— Я могу вас выслушать. Вы расскажете о том, что вас печалит, и вам станет намного легче, — робко улыбнулась девушка.
— Вы кто? Мой духовник? — опираясь на подлокотники, с видимым усилием поднялась с кресла Марья. — Оставьте ваши нелепые попытки навязать мне свою дружбу. Я в вашей жалости нисколько не нуждаюсь, — злобно добавила она.
— Тогда позвольте дать вам совет, Марья Филипповна, — не смогла скрыть обиды Софья. — Коли вы желаете что-то изменить, так поезжайте в Петербург, поговорите с Николя.
— Вы правы, Софи. Я так и сделаю, — остановилась на пороге Марья. — И простите, коли обидела вас. Право слово, я вовсе не желала с вами ссориться.
Княгиня велела заложить экипаж с тем, чтобы поехать в столицу и выказать супругу своё недовольство при личной встрече. Управляющий, до нельзя смущённый её распоряжением, лично явился в покои Марьи Филипповны и попытался объяснить, что барин, дескать, не велел выпускать молодую жену из усадьбы.
Выслушав сбивчивые объяснения, Марья, уже облачённая в дорожное платье, насилу поднялась с низкой банкетки и, обойдя управляющего кругом, вышла из комнаты. Порфий Игнатьевич поспешил догнать княгиню и остановил её около лестницы.
— Марья Филипповна, ваше сиятельство, ну, куда же вы собрались, голубушка? Отпишите князю, он сам к вам приедет.
Остановившись на верхней площадке, Марья смерила низкорослого управляющего уничижительным взглядом:
— Коли мне сию минуту не подадут экипаж, я в Петербург пешком пойду! — процедила она сквозь зубы.
Почесав в затылке, Порфий Игнатьевич, поспешил на конюшню, отдать распоряжение, дабы подавали лошадей.
Долгий путь в Петербург совершенно измотал Марью. Местами дорогу столь сильно размыло весенним паводком, что колёса экипажа почти полностью погружались в глубокие колеи, заполненные жидкой грязью. Лошади насилу тащили тяжёлый экипаж, который немилосердно трясло на ухабах, несмотря на новые рессоры. Тяготы пути до столицы, только усилили и без того полыхавшее пламя гнева, и когда поздним вечером карета, наконец, покатилась по булыжной мостовой, Марья пребывала уже в той стадии крайнего раздражения, погасить которое мог только яростный взрыв.
До этой поездки Марье никогда не доводилось бывать в столичной резиденции Куташевых.
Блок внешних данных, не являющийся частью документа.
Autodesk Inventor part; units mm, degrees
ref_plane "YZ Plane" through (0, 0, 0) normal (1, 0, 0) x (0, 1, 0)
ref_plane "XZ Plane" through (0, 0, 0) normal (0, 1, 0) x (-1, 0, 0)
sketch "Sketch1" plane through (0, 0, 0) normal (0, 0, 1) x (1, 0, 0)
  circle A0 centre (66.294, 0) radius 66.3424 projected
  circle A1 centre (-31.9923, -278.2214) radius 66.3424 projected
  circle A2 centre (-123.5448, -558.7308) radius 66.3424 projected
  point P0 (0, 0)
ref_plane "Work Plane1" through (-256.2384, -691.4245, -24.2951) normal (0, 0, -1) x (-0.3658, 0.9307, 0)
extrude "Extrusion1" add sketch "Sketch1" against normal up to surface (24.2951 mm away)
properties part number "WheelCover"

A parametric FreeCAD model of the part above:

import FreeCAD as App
import Part
import Sketcher

V = App.Vector
Q = App.Units.Quantity

doc = App.newDocument("Part")
body = doc.addObject("PartDesign::Body", "Body")
body.AllowCompound = True

sketch1 = body.newObject("Sketcher::SketchObject", "Sketch")
sketch1.AttachmentSupport = (doc.getObject("XY_Plane"), [""])
sketch1.MapMode = "FlatFace"
sketch1.addGeometry(Part.Circle(V(66, 0, 0), V(0, 0, 1), 66), False)
sketch1.addGeometry(Part.Circle(V(-32, -278, 0), V(0, 0, 1), 66), False)
sketch1.addGeometry(Part.Circle(V(-124, -559, 0), V(0, 0, 1), 66), False)
sketch1.addConstraint(Sketcher.Constraint("Equal", 0, 1))
sketch1.addConstraint(Sketcher.Constraint("Equal", 1, 2))
sketch1.addConstraint(Sketcher.Constraint("PointOnObject", 0, 3, -1))
sketch1.addConstraint(Sketcher.Constraint("Diameter", 0, Q("132.6848 mm")))
sketch1.addConstraint(Sketcher.Constraint("DistanceX", -1, 1, 0, 3, Q("66.294 mm")))
sketch1.addConstraint(Sketcher.Constraint("DistanceX", 1, 3, -1, 1, Q("31.9923 mm")))
sketch1.addConstraint(Sketcher.Constraint("DistanceY", 1, 3, -1, 1, Q("278.2214 mm")))
sketch1.addConstraint(Sketcher.Constraint("DistanceX", 2, 3, -1, 1, Q("123.5448 mm")))
sketch1.addConstraint(Sketcher.Constraint("DistanceY", 2, 3, -1, 1, Q("558.7308 mm")))
pad1 = body.newObject("PartDesign::Pad", "Pad")
pad1.Profile = sketch1
pad1.Length = 24.2951
pad1.Reversed = True

doc.recompute()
Выстроенный в конце восемнадцатого столетия в стиле классицизма трёхэтажный особняк поражал воображение своими размерами. Дожидаясь, когда привратник откроет кованые ворота в арке, ведущие во внутренний двор дома, где находился парадный вход, Марья обозревала монументальное строение не без некоего трепета. Уличные фонари освещали фасад, выкрашенный в жёлтый цвет и белые колонны, поддерживающие крышу портика. Не менее великолепным оказалось внутреннее убранство дома. Шаги княгини гулким эхом отдавались в огромном вестибюле, пока она шла к лестнице, ведущей в верхние покои. Madame Куташеву не ждали, и прислуга несколько растерялась при её появлении. Дворецкий, принявший из рук княгини ротонду и шляпку, едва ли не бегом кинулся вперёд неё, дабы отдать распоряжение подготовить хозяйские покои.
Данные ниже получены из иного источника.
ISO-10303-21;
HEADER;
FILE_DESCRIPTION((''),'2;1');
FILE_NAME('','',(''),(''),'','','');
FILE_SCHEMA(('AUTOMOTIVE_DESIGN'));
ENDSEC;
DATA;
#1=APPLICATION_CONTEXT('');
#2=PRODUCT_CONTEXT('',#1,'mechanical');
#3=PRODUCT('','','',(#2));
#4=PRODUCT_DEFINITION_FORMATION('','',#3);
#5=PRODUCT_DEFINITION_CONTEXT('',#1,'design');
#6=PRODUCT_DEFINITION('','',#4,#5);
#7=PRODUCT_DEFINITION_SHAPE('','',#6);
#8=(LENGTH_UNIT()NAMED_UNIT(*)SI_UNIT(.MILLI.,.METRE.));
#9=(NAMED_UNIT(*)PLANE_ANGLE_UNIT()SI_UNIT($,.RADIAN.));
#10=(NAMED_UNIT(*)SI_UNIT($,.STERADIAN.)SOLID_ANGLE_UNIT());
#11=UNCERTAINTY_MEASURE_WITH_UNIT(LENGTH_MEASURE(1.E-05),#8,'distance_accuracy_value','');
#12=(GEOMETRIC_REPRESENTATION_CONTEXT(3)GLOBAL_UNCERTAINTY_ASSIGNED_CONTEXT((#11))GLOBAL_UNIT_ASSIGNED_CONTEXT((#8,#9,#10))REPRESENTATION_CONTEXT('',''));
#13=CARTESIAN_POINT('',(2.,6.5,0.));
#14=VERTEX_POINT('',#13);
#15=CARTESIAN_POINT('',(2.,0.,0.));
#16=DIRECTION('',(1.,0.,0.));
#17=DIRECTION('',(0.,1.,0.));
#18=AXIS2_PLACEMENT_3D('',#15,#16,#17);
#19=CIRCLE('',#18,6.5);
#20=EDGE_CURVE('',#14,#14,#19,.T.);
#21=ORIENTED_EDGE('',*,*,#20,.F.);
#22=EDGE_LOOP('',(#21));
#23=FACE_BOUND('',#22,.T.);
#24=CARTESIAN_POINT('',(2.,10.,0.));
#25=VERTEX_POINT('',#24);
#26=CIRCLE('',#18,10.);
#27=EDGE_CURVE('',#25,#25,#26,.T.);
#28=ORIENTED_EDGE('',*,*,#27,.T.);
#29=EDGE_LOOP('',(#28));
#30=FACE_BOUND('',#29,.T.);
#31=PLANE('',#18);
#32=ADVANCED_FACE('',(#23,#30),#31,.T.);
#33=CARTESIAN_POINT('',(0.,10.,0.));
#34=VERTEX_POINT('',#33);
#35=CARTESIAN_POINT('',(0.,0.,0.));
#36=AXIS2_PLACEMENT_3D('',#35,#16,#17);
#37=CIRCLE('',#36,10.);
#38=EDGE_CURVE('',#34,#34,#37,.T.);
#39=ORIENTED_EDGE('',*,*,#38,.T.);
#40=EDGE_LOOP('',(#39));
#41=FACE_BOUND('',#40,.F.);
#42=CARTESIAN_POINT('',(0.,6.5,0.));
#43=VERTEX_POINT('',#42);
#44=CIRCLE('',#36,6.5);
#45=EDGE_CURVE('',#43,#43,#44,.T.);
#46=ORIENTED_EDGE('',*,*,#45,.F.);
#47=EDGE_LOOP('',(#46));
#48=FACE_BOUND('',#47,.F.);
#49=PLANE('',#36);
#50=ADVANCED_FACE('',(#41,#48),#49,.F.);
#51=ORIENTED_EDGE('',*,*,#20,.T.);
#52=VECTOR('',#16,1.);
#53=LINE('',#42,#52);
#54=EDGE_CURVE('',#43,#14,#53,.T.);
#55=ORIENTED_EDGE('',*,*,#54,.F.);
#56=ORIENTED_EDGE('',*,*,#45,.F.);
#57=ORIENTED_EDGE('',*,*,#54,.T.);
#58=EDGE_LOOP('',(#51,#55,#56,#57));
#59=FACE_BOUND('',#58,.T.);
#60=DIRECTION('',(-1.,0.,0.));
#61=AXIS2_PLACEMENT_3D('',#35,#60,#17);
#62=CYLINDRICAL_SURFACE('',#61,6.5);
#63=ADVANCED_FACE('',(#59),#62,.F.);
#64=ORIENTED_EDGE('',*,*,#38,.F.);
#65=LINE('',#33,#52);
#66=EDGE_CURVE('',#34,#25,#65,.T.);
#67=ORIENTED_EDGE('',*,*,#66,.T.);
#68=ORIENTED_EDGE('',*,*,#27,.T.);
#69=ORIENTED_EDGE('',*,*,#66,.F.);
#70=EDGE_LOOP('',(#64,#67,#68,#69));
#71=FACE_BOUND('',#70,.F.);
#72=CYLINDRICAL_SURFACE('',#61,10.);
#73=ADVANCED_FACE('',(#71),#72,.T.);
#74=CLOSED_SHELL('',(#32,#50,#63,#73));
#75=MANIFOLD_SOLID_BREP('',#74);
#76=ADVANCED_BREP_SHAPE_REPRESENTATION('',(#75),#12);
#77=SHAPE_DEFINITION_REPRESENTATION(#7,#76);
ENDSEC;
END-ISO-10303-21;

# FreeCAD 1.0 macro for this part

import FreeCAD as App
import Part
import Sketcher
from FreeCAD import Vector
Q = App.Units.Quantity

doc = App.newDocument("Part")
body = doc.addObject("PartDesign::Body", "Body")

# Sketch on YZ plane
sketch1 = doc.addObject("Sketcher::SketchObject", "Sketch")
body.addObject(sketch1)
sketch1.AttachmentSupport = (doc.YZ_Plane, [""])
sketch1.MapMode = "FlatFace"
sketch1.addGeometry([
    Part.Circle(Vector(0, 0, 0), Vector(0, 0, 1), 10),
    Part.Circle(Vector(0, 0, 0), Vector(0, 0, 1), 6.5),
], False)
sketch1.addConstraint([
    Sketcher.Constraint("Coincident", 0, 3, -1, 1),
    Sketcher.Constraint("Coincident", 1, 3, -1, 1),
    Sketcher.Constraint("Diameter", 0, Q("20 mm")),
    Sketcher.Constraint("Diameter", 1, Q("13 mm")),
])
pad1 = doc.addObject("PartDesign::Pad", "Pad")
body.addObject(pad1)
pad1.Profile = sketch1
pad1.Length = 2

doc.recompute()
Пока прислуга растапливала печь в спальне и накрывала на стол поздний ужин, Марья любовалась из окна отражением фонарей в тёмных водах Мойки. Лакей и истопник, закончив свои дела с поклоном удалились, оставив молодую княгиню наедине с её горничной. Избавившись от дорожного платья и надев тёплый капот, Марья устроилась в кресле, с наслаждением вытянув ноги.
Милка распустила волосы хозяйки и стала водить по ним щёткой. Прикрыв глаза, Марья наслаждалась неторопливыми ласкающими движениями горничной.
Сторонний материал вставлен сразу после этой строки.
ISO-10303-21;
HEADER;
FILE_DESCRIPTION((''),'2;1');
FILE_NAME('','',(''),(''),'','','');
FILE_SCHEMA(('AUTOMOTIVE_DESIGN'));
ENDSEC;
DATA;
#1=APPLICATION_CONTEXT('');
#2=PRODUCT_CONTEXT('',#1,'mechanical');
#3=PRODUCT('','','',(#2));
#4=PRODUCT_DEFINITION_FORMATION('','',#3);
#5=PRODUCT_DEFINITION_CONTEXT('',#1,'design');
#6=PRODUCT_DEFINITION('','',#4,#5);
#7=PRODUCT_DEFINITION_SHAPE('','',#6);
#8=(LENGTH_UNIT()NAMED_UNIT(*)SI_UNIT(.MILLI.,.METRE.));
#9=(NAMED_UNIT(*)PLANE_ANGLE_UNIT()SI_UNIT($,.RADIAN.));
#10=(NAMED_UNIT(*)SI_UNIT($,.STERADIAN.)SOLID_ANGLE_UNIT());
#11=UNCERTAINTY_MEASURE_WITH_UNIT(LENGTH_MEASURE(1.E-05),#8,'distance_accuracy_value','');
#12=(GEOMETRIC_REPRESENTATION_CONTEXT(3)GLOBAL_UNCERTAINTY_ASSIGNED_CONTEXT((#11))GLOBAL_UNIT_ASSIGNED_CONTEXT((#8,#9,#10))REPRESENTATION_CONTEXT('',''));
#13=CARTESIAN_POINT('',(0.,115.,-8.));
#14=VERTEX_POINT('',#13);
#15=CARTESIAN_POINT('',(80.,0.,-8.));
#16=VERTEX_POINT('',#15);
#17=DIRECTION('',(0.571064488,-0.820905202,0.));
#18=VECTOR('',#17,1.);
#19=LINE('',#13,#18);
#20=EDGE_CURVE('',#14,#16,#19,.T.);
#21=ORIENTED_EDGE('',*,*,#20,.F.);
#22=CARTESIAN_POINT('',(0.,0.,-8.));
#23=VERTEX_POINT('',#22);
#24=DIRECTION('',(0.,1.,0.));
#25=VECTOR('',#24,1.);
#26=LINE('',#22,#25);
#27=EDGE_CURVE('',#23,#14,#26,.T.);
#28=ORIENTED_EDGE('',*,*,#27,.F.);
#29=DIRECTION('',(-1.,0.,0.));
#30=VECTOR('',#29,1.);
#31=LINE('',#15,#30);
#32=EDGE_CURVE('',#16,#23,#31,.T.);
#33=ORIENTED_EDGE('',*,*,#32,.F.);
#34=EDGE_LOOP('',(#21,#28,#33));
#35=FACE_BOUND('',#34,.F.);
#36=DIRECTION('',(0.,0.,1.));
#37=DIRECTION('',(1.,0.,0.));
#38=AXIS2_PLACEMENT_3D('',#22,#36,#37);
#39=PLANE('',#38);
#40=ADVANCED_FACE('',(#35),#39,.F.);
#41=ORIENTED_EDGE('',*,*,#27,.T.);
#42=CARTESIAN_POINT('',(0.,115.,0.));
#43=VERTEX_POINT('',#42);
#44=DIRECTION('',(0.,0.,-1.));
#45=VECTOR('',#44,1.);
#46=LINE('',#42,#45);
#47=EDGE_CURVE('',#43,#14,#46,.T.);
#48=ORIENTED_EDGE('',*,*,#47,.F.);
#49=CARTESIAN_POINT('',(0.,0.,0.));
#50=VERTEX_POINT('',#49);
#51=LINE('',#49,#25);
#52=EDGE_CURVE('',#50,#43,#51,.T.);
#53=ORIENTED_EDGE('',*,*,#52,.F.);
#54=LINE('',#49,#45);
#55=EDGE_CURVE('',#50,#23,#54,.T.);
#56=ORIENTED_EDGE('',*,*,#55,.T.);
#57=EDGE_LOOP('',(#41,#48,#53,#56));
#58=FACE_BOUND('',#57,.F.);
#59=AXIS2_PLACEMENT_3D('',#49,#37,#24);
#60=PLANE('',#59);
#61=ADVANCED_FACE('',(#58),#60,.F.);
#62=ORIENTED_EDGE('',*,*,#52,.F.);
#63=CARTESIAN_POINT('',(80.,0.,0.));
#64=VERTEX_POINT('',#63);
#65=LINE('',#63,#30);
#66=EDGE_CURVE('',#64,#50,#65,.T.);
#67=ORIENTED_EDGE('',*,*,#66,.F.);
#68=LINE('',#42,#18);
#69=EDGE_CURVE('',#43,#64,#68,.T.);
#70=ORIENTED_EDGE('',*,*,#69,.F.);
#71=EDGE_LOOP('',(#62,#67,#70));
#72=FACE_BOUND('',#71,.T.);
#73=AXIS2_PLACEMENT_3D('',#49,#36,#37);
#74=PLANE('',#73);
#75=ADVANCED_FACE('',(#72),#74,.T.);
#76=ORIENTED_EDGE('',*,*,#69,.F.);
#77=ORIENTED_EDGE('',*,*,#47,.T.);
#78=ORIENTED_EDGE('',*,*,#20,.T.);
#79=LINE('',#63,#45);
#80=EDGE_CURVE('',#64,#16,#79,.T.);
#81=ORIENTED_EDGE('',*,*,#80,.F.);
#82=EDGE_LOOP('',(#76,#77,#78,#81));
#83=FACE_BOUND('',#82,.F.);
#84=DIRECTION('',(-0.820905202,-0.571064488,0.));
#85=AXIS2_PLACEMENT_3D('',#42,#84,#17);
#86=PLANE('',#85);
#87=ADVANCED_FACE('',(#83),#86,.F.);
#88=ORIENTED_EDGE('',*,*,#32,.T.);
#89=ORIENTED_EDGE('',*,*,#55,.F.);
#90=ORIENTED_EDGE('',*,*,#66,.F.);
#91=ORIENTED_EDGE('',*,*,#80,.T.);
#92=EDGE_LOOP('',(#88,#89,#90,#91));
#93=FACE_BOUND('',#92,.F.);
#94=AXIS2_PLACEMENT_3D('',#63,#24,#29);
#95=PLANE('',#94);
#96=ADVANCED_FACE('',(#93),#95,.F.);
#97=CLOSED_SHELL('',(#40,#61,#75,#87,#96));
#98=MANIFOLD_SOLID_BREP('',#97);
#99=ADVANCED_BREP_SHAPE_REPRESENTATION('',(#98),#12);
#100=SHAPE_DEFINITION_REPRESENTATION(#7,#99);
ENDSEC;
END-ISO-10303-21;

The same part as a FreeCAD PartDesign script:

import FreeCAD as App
import Part
import Sketcher
Q = App.Units.Quantity


def add_polygon(sketch, points):
    """Adds a closed chain of lines whose ends are joined by coincident constraints."""
    first, n = sketch.GeometryCount, len(points)
    for a, b in zip(points, points[1:] + points[:1]):
        sketch.addGeometry(Part.LineSegment(App.Vector(*a, 0), App.Vector(*b, 0)), False)
    for i in range(n):
        sketch.addConstraint(Sketcher.Constraint("Coincident", first + i, 2, first + (i + 1) % n, 1))

doc = App.newDocument("Part")
params = doc.addObject("Spreadsheet::Sheet", "Params")
for row, (alias, value) in enumerate([
    ("sketch1_width", "80 mm"),
    ("sketch1_height", "115 mm"),
    ("pad1_length", "8 mm"),
], start=1):
    params.set(f"A{row}", alias)
    params.set(f"B{row}", "=" + value)
    params.setAlias(f"B{row}", alias)

body = doc.addObject("PartDesign::Body", "Body")

sketch1 = body.newObject("Sketcher::SketchObject", "Sketch")
sketch1.AttachmentSupport = (doc.getObject("XY_Plane"), [""])
sketch1.MapMode = "FlatFace"
add_polygon(sketch1, [(0, 115), (0, 0), (80, 0)])
sketch1.addConstraint(Sketcher.Constraint("Vertical", 0))
sketch1.addConstraint(Sketcher.Constraint("Horizontal", 1))
sketch1.addConstraint(Sketcher.Constraint("Coincident", 0, 2, -1, 1))
sketch1.addConstraint(Sketcher.Constraint("DistanceX", 1, 1, 1, 2, Q("80 mm")))
sketch1.addConstraint(Sketcher.Constraint("DistanceY", 0, 2, 0, 1, Q("115 mm")))
sketch1.setExpression("Constraints[6]", "Params.sketch1_width")
sketch1.setExpression("Constraints[7]", "Params.sketch1_height")
pad1 = body.newObject("PartDesign::Pad", "Pad")
pad1.Profile = sketch1
pad1.setExpression("Length", "Params.pad1_length")
pad1.Reversed = True

doc.recompute()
— Митька сказал, что барин дома почти не ночует. Всё к цыганам с дружками своими ездит почти каждый вечер, — принялась делиться тем, что успела узнать у местной челяди Милка.
— Кто это, Митька? — нахмурилась Марья, открыв глаза.
— Так камердинер Николая Васильевича, — разделив волосы на пряди, взялась заплетать их в косу горничная.
— Я не желаю ничего слышать о том, — прервала болтовню Милки княгиня Куташева.